In Southern California, it is requisite to compare any food item remotely resembling a hamburger to an In-N-Out burger.
So when I visited Bored & Hungry, the world’s first NFT-branded hamburger joint, on Tuesday afternoon, I had In-N-Out on my mind. The new place, formerly a Louisiana Fried Chicken, is at a busy intersection of Long Beach, Calif., next to a neighborhood of bungalows and across from some auto-repair places. It is not where you’d expect a great experiment in cryptocurrency to take place.

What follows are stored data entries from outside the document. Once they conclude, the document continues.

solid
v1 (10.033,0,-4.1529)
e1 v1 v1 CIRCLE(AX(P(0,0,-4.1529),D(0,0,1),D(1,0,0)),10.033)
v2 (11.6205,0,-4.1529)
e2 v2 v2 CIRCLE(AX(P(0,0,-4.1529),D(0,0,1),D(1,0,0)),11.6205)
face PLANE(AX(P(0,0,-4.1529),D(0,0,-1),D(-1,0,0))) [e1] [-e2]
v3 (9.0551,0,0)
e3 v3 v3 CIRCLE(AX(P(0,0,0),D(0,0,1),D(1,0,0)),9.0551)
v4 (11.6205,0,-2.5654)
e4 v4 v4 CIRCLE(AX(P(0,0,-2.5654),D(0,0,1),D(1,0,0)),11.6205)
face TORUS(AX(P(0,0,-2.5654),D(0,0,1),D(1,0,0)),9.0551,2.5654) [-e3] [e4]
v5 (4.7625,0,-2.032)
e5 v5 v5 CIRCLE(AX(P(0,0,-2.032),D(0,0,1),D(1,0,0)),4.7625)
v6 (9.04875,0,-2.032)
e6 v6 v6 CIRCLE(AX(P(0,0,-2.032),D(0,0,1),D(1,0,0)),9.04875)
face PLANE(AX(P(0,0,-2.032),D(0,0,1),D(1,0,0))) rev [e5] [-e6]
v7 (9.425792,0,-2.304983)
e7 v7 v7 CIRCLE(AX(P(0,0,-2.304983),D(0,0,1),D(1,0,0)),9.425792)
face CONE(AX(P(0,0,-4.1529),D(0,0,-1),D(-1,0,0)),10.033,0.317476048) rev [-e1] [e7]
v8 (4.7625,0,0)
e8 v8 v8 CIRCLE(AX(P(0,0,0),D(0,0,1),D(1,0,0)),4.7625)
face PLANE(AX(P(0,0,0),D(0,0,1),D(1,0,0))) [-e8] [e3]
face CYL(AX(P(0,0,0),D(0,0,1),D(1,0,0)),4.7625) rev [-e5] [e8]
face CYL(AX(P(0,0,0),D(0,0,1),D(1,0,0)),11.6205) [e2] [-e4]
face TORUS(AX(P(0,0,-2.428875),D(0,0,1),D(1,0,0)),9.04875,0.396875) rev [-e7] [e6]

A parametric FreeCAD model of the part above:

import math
import FreeCAD as App
import Part
import Sketcher
Q = App.Units.Quantity

doc = App.newDocument("Part")
body = doc.addObject("PartDesign::Body", "Body")

sketch1 = body.newObject("Sketcher::SketchObject", "Sketch")
sketch1.AttachmentSupport = (doc.getObject("XZ_Plane"), [""])
sketch1.MapMode = "FlatFace"
sketch1.addGeometry(Part.ArcOfCircle(Part.Circle(App.Vector(9.04875, -2.428875, 0), App.Vector(0, 0, 1), 0.396875), math.radians(18.190038), math.radians(90)), False)
sketch1.addGeometry(Part.LineSegment(App.Vector(9.04875, -2.032, 0), App.Vector(4.7625, -2.032, 0)), False)
sketch1.addGeometry(Part.LineSegment(App.Vector(4.7625, -2.032, 0), App.Vector(4.7625, 0, 0)), False)
sketch1.addGeometry(Part.LineSegment(App.Vector(4.7625, 0, 0), App.Vector(9.0551, 0, 0)), False)
sketch1.addGeometry(Part.ArcOfCircle(Part.Circle(App.Vector(9.0551, -2.5654, 0), App.Vector(0, 0, 1), 2.5654), math.radians(0), math.radians(90)), False)
sketch1.addGeometry(Part.LineSegment(App.Vector(11.6205, -2.5654, 0), App.Vector(11.6205, -4.1529, 0)), False)
sketch1.addGeometry(Part.LineSegment(App.Vector(11.6205, -4.1529, 0), App.Vector(10.033, -4.1529, 0)), False)
sketch1.addGeometry(Part.LineSegment(App.Vector(10.033, -4.1529, 0), App.Vector(9.425792, -2.304983, 0)), False)
sketch1.addConstraint(Sketcher.Constraint("Tangent", 0, 2, 1, 1))
sketch1.addConstraint(Sketcher.Constraint("Coincident", 1, 2, 2, 1))
sketch1.addConstraint(Sketcher.Constraint("Coincident", 2, 2, 3, 1))
sketch1.addConstraint(Sketcher.Constraint("Tangent", 3, 2, 4, 2))
sketch1.addConstraint(Sketcher.Constraint("Tangent", 4, 1, 5, 1))
sketch1.addConstraint(Sketcher.Constraint("Coincident", 5, 2, 6, 1))
sketch1.addConstraint(Sketcher.Constraint("Coincident", 6, 2, 7, 1))
sketch1.addConstraint(Sketcher.Constraint("Tangent", 7, 2, 0, 1))
sketch1.addConstraint(Sketcher.Constraint("Horizontal", 1))
sketch1.addConstraint(Sketcher.Constraint("Vertical", 2))
sketch1.addConstraint(Sketcher.Constraint("Horizontal", 3))
sketch1.addConstraint(Sketcher.Constraint("Vertical", 5))
sketch1.addConstraint(Sketcher.Constraint("Horizontal", 6))
sketch1.addConstraint(Sketcher.Constraint("PointOnObject", 2, 2, -1))
sketch1.addConstraint(Sketcher.Constraint("Equal", 6, 5))
sketch1.addConstraint(Sketcher.Constraint("Radius", 0, Q("0.015625 in")))
sketch1.addConstraint(Sketcher.Constraint("Radius", 4, Q("0.101 in")))
sketch1.addConstraint(Sketcher.Constraint("DistanceY", 2, 1, 2, 2, Q("0.08 in")))
sketch1.addConstraint(Sketcher.Constraint("DistanceX", 3, 1, 3, 2, Q("0.169 in")))
sketch1.addConstraint(Sketcher.Constraint("DistanceX", 6, 2, 6, 1, Q("0.0625 in")))
sketch1.addConstraint(Sketcher.Constraint("DistanceX", -1, 1, 1, 2, Q("0.1875 in")))
sketch1.addConstraint(Sketcher.Constraint("DistanceX", 1, 2, 1, 1, Q("4.28625 mm")))
revolution = body.newObject("PartDesign::Revolution", "Revolution")
revolution.Profile = sketch1
revolution.ReferenceAxis = (sketch1, ["V_Axis"])
revolution.Angle = 360

doc.recompute()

The motif of Bored & Hungry is apes—from both Bored Ape Yacht Club and Mutant Ape Yacht Club, the two biggest NFT collections currently in circulation, stare from decals and murals, to-go cups and french fry containers. When the restaurant opened on April 9, the line of curious diners stretched around the block. On the day I arrived, it was a more subdued post-lunch-rush crowd that included a trio of hospital workers wearing scrubs and a couple of ape owners from Washington, D.C., who’d heard about the place on the Ape Discord channel.
The menu offered beef burgers and plant-based Beleaf patties served in a flat, Smashburger style, plus fries and drinks. (They had sold out of ape-related T-shirts and hats on opening day.) I ordered a Bored OG Burger Combo ($15) and this is just one man’s opinion, but here goes...Bored & Hungry produces a better hamburger than In-N-Out: two patties, perfectly cooked and disappearing under melty cheese, with pickles and no onions (by request), served with not-too-salty fries. It’s no-frills, or rather, the frills are all found in those bored monkey stares.